Exercise objective: Collect each line of the entries that holds the string "with".

*** Opening Given records ***

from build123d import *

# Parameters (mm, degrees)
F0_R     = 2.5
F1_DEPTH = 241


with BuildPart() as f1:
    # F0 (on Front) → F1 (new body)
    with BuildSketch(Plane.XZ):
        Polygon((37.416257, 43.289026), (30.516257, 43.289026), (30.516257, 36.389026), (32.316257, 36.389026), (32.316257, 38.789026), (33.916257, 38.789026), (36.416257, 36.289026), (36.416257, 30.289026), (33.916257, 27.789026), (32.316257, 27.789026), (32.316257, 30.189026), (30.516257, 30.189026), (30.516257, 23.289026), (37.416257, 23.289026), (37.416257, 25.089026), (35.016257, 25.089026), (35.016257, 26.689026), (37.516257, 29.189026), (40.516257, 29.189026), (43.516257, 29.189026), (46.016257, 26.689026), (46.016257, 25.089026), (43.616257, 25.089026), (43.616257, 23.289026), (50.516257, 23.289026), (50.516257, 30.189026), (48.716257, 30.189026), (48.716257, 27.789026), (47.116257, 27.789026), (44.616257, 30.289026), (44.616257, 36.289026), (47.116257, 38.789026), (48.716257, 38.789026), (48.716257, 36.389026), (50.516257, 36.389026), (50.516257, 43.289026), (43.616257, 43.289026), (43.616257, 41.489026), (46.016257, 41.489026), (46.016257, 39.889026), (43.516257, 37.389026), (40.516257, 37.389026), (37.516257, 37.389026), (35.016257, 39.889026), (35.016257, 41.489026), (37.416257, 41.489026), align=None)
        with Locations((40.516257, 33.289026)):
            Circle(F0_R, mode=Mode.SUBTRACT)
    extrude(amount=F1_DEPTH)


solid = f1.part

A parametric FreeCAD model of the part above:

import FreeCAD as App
import Part
import Sketcher
from FreeCAD import Vector
Q = App.Units.Quantity

doc = App.newDocument("Part")
body = doc.addObject("PartDesign::Body", "Body")

# Sketch on XZ plane
sketch1 = doc.addObject("Sketcher::SketchObject", "Sketch")
body.addObject(sketch1)
sketch1.AttachmentSupport = (doc.XZ_Plane, [""])
sketch1.MapMode = "FlatFace"
sketch1.addGeometry([
    Part.LineSegment(Vector(37.4, 43.3, 0), Vector(30.5, 43.3, 0)),  # 0
    Part.LineSegment(Vector(30.5, 43.3, 0), Vector(30.5, 36.4, 0)),  # 1
    Part.LineSegment(Vector(30.5, 36.4, 0), Vector(32.3, 36.4, 0)),  # 2
    Part.LineSegment(Vector(32.3, 36.4, 0), Vector(32.3, 38.8, 0)),  # 3
    Part.LineSegment(Vector(32.3, 38.8, 0), Vector(33.9, 38.8, 0)),  # 4
    Part.LineSegment(Vector(33.9, 38.8, 0), Vector(36.4, 36.3, 0)),  # 5
    Part.LineSegment(Vector(36.4, 36.3, 0), Vector(36.4, 30.3, 0)),  # 6
    Part.LineSegment(Vector(36.4, 30.3, 0), Vector(33.9, 27.8, 0)),  # 7
    Part.LineSegment(Vector(33.9, 27.8, 0), Vector(32.3, 27.8, 0)),  # 8
    Part.LineSegment(Vector(32.3, 27.8, 0), Vector(32.3, 30.2, 0)),  # 9
    Part.LineSegment(Vector(32.3, 30.2, 0), Vector(30.5, 30.2, 0)),  # 10
    Part.LineSegment(Vector(30.5, 30.2, 0), Vector(30.5, 23.3, 0)),  # 11
    Part.LineSegment(Vector(30.5, 23.3, 0), Vector(37.4, 23.3, 0)),  # 12
    Part.LineSegment(Vector(37.4, 23.3, 0), Vector(37.4, 25.1, 0)),  # 13
    Part.LineSegment(Vector(37.4, 25.1, 0), Vector(35, 25.1, 0)),  # 14
    Part.LineSegment(Vector(35, 25.1, 0), Vector(35, 26.7, 0)),  # 15
    Part.LineSegment(Vector(35, 26.7, 0), Vector(37.5, 29.2, 0)),  # 16
    Part.LineSegment(Vector(37.5, 29.2, 0), Vector(43.5, 29.2, 0)),  # 17
    Part.LineSegment(Vector(43.5, 29.2, 0), Vector(46, 26.7, 0)),  # 18
    Part.LineSegment(Vector(46, 26.7, 0), Vector(46, 25.1, 0)),  # 19
    Part.LineSegment(Vector(46, 25.1, 0), Vector(43.6, 25.1, 0)),  # 20
    Part.LineSegment(Vector(43.6, 25.1, 0), Vector(43.6, 23.3, 0)),  # 21
    Part.LineSegment(Vector(43.6, 23.3, 0), Vector(50.5, 23.3, 0)),  # 22
    Part.LineSegment(Vector(50.5, 23.3, 0), Vector(50.5, 30.2, 0)),  # 23
    Part.LineSegment(Vector(50.5, 30.2, 0), Vector(48.7, 30.2, 0)),  # 24
    Part.LineSegment(Vector(48.7, 30.2, 0), Vector(48.7, 27.8, 0)),  # 25
    Part.LineSegment(Vector(48.7, 27.8, 0), Vector(47.1, 27.8, 0)),  # 26
    Part.LineSegment(Vector(47.1, 27.8, 0), Vector(44.6, 30.3, 0)),  # 27
    Part.LineSegment(Vector(44.6, 30.3, 0), Vector(44.6, 36.3, 0)),  # 28
    Part.LineSegment(Vector(44.6, 36.3, 0), Vector(47.1, 38.8, 0)),  # 29
    Part.LineSegment(Vector(47.1, 38.8, 0), Vector(48.7, 38.8, 0)),  # 30
    Part.LineSegment(Vector(48.7, 38.8, 0), Vector(48.7, 36.4, 0)),  # 31
    Part.LineSegment(Vector(48.7, 36.4, 0), Vector(50.5, 36.4, 0)),  # 32
    Part.LineSegment(Vector(50.5, 36.4, 0), Vector(50.5, 43.3, 0)),  # 33
    Part.LineSegment(Vector(50.5, 43.3, 0), Vector(43.6, 43.3, 0)),  # 34
    Part.LineSegment(Vector(43.6, 43.3, 0), Vector(43.6, 41.5, 0)),  # 35
    Part.LineSegment(Vector(43.6, 41.5, 0), Vector(46, 41.5, 0)),  # 36
    Part.LineSegment(Vector(46, 41.5, 0), Vector(46, 39.9, 0)),  # 37
    Part.LineSegment(Vector(46, 39.9, 0), Vector(43.5, 37.4, 0)),  # 38
    Part.LineSegment(Vector(43.5, 37.4, 0), Vector(37.5, 37.4, 0)),  # 39
    Part.LineSegment(Vector(37.5, 37.4, 0), Vector(35, 39.9, 0)),  # 40
    Part.LineSegment(Vector(35, 39.9, 0), Vector(35, 41.5, 0)),  # 41
    Part.LineSegment(Vector(35, 41.5, 0), Vector(37.4, 41.5, 0)),  # 42
    Part.LineSegment(Vector(37.4, 41.5, 0), Vector(37.4, 43.3, 0)),  # 43
    Part.Circle(Vector(40.5, 33.3, 0), Vector(0, 0, 1), 2.5),  # 44
], False)
sketch1.addConstraint([
    Sketcher.Constraint("Coincident", 0, 2, 1, 1),
    Sketcher.Constraint("Coincident", 1, 2, 2, 1),
    Sketcher.Constraint("Coincident", 2, 2, 3, 1),
    Sketcher.Constraint("Coincident", 3, 2, 4, 1),
    Sketcher.Constraint("Coincident", 4, 2, 5, 1),
    Sketcher.Constraint("Coincident", 5, 2, 6, 1),
    Sketcher.Constraint("Coincident", 6, 2, 7, 1),
    Sketcher.Constraint("Coincident", 7, 2, 8, 1),
    Sketcher.Constraint("Coincident", 8, 2, 9, 1),
    Sketcher.Constraint("Coincident", 9, 2, 10, 1),
    Sketcher.Constraint("Coincident", 10, 2, 11, 1),
    Sketcher.Constraint("Coincident", 11, 2, 12, 1),
    Sketcher.Constraint("Coincident", 12, 2, 13, 1),
    Sketcher.Constraint("Coincident", 13, 2, 14, 1),
    Sketcher.Constraint("Coincident", 14, 2, 15, 1),
    Sketcher.Constraint("Coincident", 15, 2, 16, 1),
    Sketcher.Constraint("Coincident", 16, 2, 17, 1),
    Sketcher.Constraint("Coincident", 17, 2, 18, 1),
    Sketcher.Constraint("Coincident", 18, 2, 19, 1),
    Sketcher.Constraint("Coincident", 19, 2, 20, 1),
    Sketcher.Constraint("Coincident", 20, 2, 21, 1),
    Sketcher.Constraint("Coincident", 21, 2, 22, 1),
    Sketcher.Constraint("Coincident", 22, 2, 23, 1),
    Sketcher.Constraint("Coincident", 23, 2, 24, 1),
    Sketcher.Constraint("Coincident", 24, 2, 25, 1),
    Sketcher.Constraint("Coincident", 25, 2, 26, 1),
    Sketcher.Constraint("Coincident", 26, 2, 27, 1),
    Sketcher.Constraint("Coincident", 27, 2, 28, 1),
    Sketcher.Constraint("Coincident", 28, 2, 29, 1),
    Sketcher.Constraint("Coincident", 29, 2, 30, 1),
    Sketcher.Constraint("Coincident", 30, 2, 31, 1),
    Sketcher.Constraint("Coincident", 31, 2, 32, 1),
    Sketcher.Constraint("Coincident", 32, 2, 33, 1),
    Sketcher.Constraint("Coincident", 33, 2, 34, 1),
    Sketcher.Constraint("Coincident", 34, 2, 35, 1),
    Sketcher.Constraint("Coincident", 35, 2, 36, 1),
    Sketcher.Constraint("Coincident", 36, 2, 37, 1),
    Sketcher.Constraint("Coincident", 37, 2, 38, 1),
    Sketcher.Constraint("Coincident", 38, 2, 39, 1),
    Sketcher.Constraint("Coincident", 39, 2, 40, 1),
    Sketcher.Constraint("Coincident", 40, 2, 41, 1),
    Sketcher.Constraint("Coincident", 41, 2, 42, 1),
    Sketcher.Constraint("Coincident", 42, 2, 43, 1),
    Sketcher.Constraint("Coincident", 43, 2, 0, 1),
    Sketcher.Constraint("Horizontal", 0),
    Sketcher.Constraint("Vertical", 1),
    Sketcher.Constraint("Horizontal", 2),
    Sketcher.Constraint("Vertical", 3),
    Sketcher.Constraint("Horizontal", 4),
    Sketcher.Constraint("Vertical", 6),
    Sketcher.Constraint("Horizontal", 8),
    Sketcher.Constraint("Vertical", 9),
    Sketcher.Constraint("Horizontal", 10),
    Sketcher.Constraint("Vertical", 11),
    Sketcher.Constraint("Horizontal", 12),
    Sketcher.Constraint("Vertical", 13),
    Sketcher.Constraint("Horizontal", 14),
    Sketcher.Constraint("Vertical", 15),
    Sketcher.Constraint("Horizontal", 17),
    Sketcher.Constraint("Vertical", 19),
    Sketcher.Constraint("Horizontal", 20),
    Sketcher.Constraint("Vertical", 21),
    Sketcher.Constraint("Horizontal", 22),
    Sketcher.Constraint("Vertical", 23),
    Sketcher.Constraint("Horizontal", 24),
    Sketcher.Constraint("Vertical", 25),
    Sketcher.Constraint("Horizontal", 26),
    Sketcher.Constraint("Vertical", 28),
    Sketcher.Constraint("Horizontal", 30),
    Sketcher.Constraint("Vertical", 31),
    Sketcher.Constraint("Horizontal", 32),
    Sketcher.Constraint("Vertical", 33),
    Sketcher.Constraint("Horizontal", 34),
    Sketcher.Constraint("Vertical", 35),
    Sketcher.Constraint("Horizontal", 36),
    Sketcher.Constraint("Vertical", 37),
    Sketcher.Constraint("Horizontal", 39),
    Sketcher.Constraint("Vertical", 41),
    Sketcher.Constraint("Horizontal", 42),
    Sketcher.Constraint("Vertical", 43),
    Sketcher.Constraint("Perpendicular", 5, 7),
    Sketcher.Constraint("Parallel", 7, 16),
    Sketcher.Constraint("Perpendicular", 16, 18),
    Sketcher.Constraint("Parallel", 18, 27),
    Sketcher.Constraint("Perpendicular", 27, 29),
    Sketcher.Constraint("Parallel", 29, 38),
    Sketcher.Constraint("Perpendicular", 38, 40),
    Sketcher.Constraint("Horizontal", 15, 2, 18, 2),
    Sketcher.Constraint("Horizontal", 14, 2, 19, 2),
    Sketcher.Constraint("Horizontal", 12, 2, 21, 2),
    Sketcher.Constraint("Horizontal", 10, 2, 23, 2),
    Sketcher.Constraint("Horizontal", 8, 2, 25, 2),
    Sketcher.Constraint("Horizontal", 6, 2, 27, 2),
    Sketcher.Constraint("Horizontal", 5, 2, 28, 2),
    Sketcher.Constraint("Horizontal", 4, 2, 29, 2),
    Sketcher.Constraint("Horizontal", 2, 2, 31, 2),
    Sketcher.Constraint("Horizontal", 0, 2, 33, 2),
    Sketcher.Constraint("Horizontal", 37, 2, 40, 2),
    Sketcher.Constraint("Horizontal", 36, 2, 41, 2),
    Sketcher.Constraint("Vertical", 4, 2, 7, 2),
    Sketcher.Constraint("Vertical", 3, 2, 8, 2),
    Sketcher.Constraint("Vertical", 1, 2, 10, 2),
    Sketcher.Constraint("Vertical", 26, 2, 29, 2),
    Sketcher.Constraint("Vertical", 25, 2, 30, 2),
    Sketcher.Constraint("Vertical", 23, 2, 32, 2),
    Sketcher.Constraint("Vertical", 21, 2, 34, 2),
    Sketcher.Constraint("Vertical", 19, 2, 36, 2),
    Sketcher.Constraint("Vertical", 17, 2, 38, 2),
    Sketcher.Constraint("Vertical", 16, 2, 39, 2),
    Sketcher.Constraint("Vertical", 13, 2, 42, 2),
    Sketcher.Constraint("Equal", 14, 20),
    Sketcher.Constraint("Equal", 12, 22),
    Sketcher.Constraint("Equal", 10, 24),
    Sketcher.Constraint("Equal", 8, 26),
    Sketcher.Constraint("Equal", 34, 1),
    Sketcher.Constraint("Equal", 42, 3),
    Sketcher.Constraint("Equal", 39, 6),
    Sketcher.Constraint("Equal", 3, 9),
    Sketcher.Constraint("Equal", 1, 11),
    Sketcher.Constraint("Equal", 32, 13),
    Sketcher.Constraint("Equal", 30, 15),
    Sketcher.Constraint("Equal", 21, 35),
    Sketcher.Constraint("Equal", 19, 37),
    Sketcher.Constraint("Equal", 7, 16),
    Sketcher.Constraint("Diameter", 44, Q("5 mm")),
    Sketcher.Constraint("DistanceX", 17, 1, 17, 2, Q("6 mm")),
    Sketcher.Constraint("DistanceX", 0, 2, 0, 1, Q("6.9 mm")),
    Sketcher.Constraint("DistanceX", 2, 1, 2, 2, Q("1.8 mm")),
    Sketcher.Constraint("DistanceX", 4, 1, 4, 2, Q("1.6 mm")),
    Sketcher.Constraint("DistanceX", 14, 2, 14, 1, Q("2.4 mm")),
    Sketcher.Constraint("DistanceX", 0, 2, 44, 3, Q("10 mm")),
    Sketcher.Constraint("DistanceY", 44, 3, 0, 2, Q("10 mm")),
    Sketcher.Constraint("DistanceY", 44, 3, 5, 2, Q("3 mm")),
    Sketcher.Constraint("DistanceX", -1, 1, 44, 3, Q("40.516257 mm")),
    Sketcher.Constraint("DistanceY", -1, 1, 44, 3, Q("33.289026 mm")),
])
pad1 = doc.addObject("PartDesign::Pad", "Pad")
body.addObject(pad1)
pad1.Profile = sketch1
pad1.Length = 241

doc.recompute()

*** Closing Given records ***

Solution to the problem:
with BuildPart() as f1:
    with BuildSketch(Plane.XZ):
        with Locations((40.516257, 33.289026)):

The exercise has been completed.